According to the mTagFT structure, the His residue at position 203 was in stacking interactions with the chromophore (
Figure 8). The H203I mutation slightly affected the spectral properties of the red form of the mTagFT timer and resulted in the disappearance of the fluorescence of the blue form (
Table 3 and
Figure S14). The replacement of the His203 residue with an aromatic Tyr residue in the mRubyFT protein preserved the blue fluorescence of the mRubyFT timer [
13]. Hence, stacking interactions between the chromophore and the residue at position 203 ensured the fluorescence of the blue form of the mTagFT timer.

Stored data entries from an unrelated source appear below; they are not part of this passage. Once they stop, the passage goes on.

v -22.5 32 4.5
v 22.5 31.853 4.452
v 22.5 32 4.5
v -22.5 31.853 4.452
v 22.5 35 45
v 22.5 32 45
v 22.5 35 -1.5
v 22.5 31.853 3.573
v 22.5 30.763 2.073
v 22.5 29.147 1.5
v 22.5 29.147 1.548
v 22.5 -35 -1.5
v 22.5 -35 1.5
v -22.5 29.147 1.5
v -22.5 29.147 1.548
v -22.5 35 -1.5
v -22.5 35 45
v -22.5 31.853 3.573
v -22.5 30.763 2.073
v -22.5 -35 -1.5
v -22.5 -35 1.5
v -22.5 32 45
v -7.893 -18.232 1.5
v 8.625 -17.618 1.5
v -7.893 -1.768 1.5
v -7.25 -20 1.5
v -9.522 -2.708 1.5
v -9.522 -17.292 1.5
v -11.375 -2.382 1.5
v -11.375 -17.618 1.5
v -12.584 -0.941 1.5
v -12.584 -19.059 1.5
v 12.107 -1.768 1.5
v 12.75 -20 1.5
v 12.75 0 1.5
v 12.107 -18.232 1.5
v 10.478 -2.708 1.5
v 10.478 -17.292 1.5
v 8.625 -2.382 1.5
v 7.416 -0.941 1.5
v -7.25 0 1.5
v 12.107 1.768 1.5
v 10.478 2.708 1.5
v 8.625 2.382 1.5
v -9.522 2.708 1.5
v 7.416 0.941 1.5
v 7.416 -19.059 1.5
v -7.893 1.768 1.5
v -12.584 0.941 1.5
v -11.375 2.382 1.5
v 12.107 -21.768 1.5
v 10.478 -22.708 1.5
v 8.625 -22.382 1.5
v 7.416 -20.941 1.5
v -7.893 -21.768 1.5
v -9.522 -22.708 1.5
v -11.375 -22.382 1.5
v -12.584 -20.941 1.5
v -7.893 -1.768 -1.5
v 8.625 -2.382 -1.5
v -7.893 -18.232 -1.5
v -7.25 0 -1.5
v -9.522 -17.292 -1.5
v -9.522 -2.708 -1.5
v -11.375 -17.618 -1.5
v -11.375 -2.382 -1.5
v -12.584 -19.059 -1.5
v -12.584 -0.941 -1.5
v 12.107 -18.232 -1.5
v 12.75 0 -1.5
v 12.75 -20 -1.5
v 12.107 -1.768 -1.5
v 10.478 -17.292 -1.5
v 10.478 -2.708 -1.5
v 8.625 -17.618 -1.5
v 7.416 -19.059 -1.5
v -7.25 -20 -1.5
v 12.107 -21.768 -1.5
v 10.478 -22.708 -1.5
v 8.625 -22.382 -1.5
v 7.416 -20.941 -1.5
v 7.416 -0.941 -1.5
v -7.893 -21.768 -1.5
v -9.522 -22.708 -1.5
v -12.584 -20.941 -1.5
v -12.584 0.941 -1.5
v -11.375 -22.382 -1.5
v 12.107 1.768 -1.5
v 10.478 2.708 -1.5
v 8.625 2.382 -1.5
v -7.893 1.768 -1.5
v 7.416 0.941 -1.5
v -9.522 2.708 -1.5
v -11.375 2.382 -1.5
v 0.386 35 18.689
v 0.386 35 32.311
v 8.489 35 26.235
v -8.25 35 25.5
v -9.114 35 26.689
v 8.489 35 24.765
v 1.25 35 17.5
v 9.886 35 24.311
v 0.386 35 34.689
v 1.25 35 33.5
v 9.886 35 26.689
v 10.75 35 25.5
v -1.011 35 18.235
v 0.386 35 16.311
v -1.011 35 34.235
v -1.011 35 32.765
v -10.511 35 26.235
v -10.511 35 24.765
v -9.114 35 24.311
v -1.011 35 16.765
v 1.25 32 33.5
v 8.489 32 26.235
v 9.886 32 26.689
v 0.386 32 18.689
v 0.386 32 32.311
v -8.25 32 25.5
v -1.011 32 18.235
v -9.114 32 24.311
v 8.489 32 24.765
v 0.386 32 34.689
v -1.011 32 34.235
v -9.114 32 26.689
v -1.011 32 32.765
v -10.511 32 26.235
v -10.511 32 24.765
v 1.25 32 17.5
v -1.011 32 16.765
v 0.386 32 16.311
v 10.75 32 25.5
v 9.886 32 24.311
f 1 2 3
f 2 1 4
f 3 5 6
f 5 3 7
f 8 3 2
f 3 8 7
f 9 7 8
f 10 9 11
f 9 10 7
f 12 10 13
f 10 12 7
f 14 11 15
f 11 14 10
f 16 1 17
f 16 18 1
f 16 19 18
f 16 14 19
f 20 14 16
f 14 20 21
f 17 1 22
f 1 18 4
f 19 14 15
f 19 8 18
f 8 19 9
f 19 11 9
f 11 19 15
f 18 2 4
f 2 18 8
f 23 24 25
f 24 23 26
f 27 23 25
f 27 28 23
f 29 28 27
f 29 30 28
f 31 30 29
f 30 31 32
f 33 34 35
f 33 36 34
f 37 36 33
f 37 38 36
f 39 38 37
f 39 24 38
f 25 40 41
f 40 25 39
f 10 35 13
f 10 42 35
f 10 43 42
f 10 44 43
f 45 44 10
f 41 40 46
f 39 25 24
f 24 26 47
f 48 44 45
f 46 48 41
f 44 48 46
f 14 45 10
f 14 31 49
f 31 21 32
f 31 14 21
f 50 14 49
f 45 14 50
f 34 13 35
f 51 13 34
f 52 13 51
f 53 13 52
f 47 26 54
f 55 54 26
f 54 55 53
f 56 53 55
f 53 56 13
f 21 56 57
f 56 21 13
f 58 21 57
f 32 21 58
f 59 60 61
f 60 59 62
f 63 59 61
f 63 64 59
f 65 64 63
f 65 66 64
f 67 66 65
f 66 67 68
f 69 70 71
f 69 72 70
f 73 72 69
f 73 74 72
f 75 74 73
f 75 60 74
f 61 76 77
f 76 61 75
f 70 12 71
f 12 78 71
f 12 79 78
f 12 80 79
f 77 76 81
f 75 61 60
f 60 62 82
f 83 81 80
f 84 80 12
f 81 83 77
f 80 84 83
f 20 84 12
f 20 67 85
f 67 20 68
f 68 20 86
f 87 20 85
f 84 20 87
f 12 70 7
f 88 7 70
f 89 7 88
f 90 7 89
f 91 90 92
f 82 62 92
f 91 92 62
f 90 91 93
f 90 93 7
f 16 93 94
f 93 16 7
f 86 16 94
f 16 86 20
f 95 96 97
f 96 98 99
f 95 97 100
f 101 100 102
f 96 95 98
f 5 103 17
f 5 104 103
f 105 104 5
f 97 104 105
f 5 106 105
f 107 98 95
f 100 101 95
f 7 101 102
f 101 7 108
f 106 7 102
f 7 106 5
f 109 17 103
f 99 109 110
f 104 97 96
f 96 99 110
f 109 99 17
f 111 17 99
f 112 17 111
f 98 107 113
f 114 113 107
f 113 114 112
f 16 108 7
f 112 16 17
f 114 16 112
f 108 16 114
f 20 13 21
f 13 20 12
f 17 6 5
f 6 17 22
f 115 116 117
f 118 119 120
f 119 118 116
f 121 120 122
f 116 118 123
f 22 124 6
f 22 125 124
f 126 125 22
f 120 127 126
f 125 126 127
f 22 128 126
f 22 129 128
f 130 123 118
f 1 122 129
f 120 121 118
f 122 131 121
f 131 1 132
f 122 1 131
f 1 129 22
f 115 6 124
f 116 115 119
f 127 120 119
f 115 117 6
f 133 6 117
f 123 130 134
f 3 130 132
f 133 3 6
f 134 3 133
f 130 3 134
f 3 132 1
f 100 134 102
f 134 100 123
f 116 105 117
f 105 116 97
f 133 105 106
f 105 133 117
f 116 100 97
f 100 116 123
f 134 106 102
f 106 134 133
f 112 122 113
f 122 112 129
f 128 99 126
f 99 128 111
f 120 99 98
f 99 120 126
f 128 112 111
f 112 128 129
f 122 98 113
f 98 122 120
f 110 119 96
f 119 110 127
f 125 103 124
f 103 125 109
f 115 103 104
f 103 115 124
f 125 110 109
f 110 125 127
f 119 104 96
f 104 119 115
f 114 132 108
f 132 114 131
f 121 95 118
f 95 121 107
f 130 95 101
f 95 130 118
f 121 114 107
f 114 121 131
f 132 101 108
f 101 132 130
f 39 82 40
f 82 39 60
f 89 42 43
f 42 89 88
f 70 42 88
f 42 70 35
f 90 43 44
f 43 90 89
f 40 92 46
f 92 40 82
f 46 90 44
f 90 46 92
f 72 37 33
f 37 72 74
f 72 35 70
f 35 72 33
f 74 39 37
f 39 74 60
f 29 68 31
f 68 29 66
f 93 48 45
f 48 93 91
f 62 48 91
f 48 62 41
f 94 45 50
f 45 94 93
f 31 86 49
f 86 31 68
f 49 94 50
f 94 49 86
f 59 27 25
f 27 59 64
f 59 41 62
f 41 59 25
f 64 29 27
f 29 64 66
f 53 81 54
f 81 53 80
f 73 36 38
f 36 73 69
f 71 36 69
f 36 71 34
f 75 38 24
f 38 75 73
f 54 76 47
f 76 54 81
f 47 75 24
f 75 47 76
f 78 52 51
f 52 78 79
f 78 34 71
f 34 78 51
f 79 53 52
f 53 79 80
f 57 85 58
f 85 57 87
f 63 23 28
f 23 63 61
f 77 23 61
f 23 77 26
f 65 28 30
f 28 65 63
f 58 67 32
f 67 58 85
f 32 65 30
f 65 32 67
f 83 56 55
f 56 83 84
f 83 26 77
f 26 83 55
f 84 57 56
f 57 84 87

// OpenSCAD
module MotorMountHoles(depth) {
  mount_width = 19.0;
  mount_height = 16.0;
  screw_type = 2.5;

  translate([mount_width / 2.0, 0.0]) {
    cylinder(r=screw_type / 2.0, h=depth, center=true);
  }
  translate([-mount_width / 2.0, 0.0]) {
    cylinder(r=screw_type / 2.0, h=depth, center=true);
  }

  translate([0.0, mount_height / 2.0]) {
    cylinder(r=screw_type / 2.0, h=depth, center=true);
  }
  translate([0.0, -mount_height / 2.0]) {
    cylinder(r=screw_type / 2.0, h=depth, center=true);
  }
}

module GimbalBracket(width, length, depth) {
  bracket_width = 45;
  bracket_length = 70;

  // bracket
  cube([width, length, depth], center=true);
  translate([0.0, (bracket_length / 2.0) - depth / 2.0, bracket_width / 2.0]) {
    cube([bracket_width, depth, bracket_width], center=true);
  }

  // fillet
  translate([0, (length / 2.0) - depth, depth / 2.0]) {
      rotate([0, 90]) {
        difference() {
            cylinder(r=3, h=bracket_width, center=true);
            translate([-3.0, -3.0, 0.0]) {
              cylinder(r=3, h=bracket_width, center=true);
            }
        }
      }
  }
}

difference() {
  bracket_width = 35;
  bracket_length = 70;
  bracket_depth = 3;

  // gimbal bracket
  GimbalBracket(45, bracket_length, bracket_depth);

  // misumi mount holes
  translate([10.0, 0.0]) cylinder(r=5.5 / 2.0, h=bracket_depth, center=true);
  translate([-10.0, 0.0]) cylinder(r=5.5 / 2.0, h=bracket_depth, center=true);
  translate([10.0, -20.0]) cylinder(r=5.5 / 2.0, h=bracket_depth, center=true);
  translate([-10.0, -20.0]) cylinder(r=5.5 / 2.0, h=bracket_depth, center=true);

  // motor mount holes
  translate([0.0, (bracket_length / 2.0) - (bracket_depth / 2.0), (bracket_width / 2.0) + 8]) {
    rotate([90.0, 0.0, 0.0]) {
      MotorMountHoles(bracket_depth + 0.01);
    }
  }
}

The S224A mutation in the mRubyFT and FastFT timers was not crucial for the formation of the blue and red forms [
13,
27]. The mTagFT/S224A mutant also revealed blue fluorescence, which transformed into red fluorescence over time; the blue and red excitation/emission maxima were shifted by -12/-1 and -5/11 nm, respectively (
Table 3 and
Figure S14). Characteristic maturation times for the blue and red forms of the mTagFT/S224A mutant were observed at 1.4 and 4.9 h, respectively. Hence, the S224A mutation accelerated the maturation of the blue and red forms by 3.4-fold and 1.6-fold, respectively. The analogous S217A mutation in the FastFT and S224A in mRubyFT timers also affected their characteristic maturation times [
13,
27]. Hence, the S224A mutation accelerated the maturation of the mTagFT timer and affected the spectral properties of its blue and red forms.
In summary, structural and mutagenesis data revealed the impact of the mutations on the properties of the mTagFT timer, and could help in the further development of the blue-to-red and blue-to-far-red fluorescent timers in future.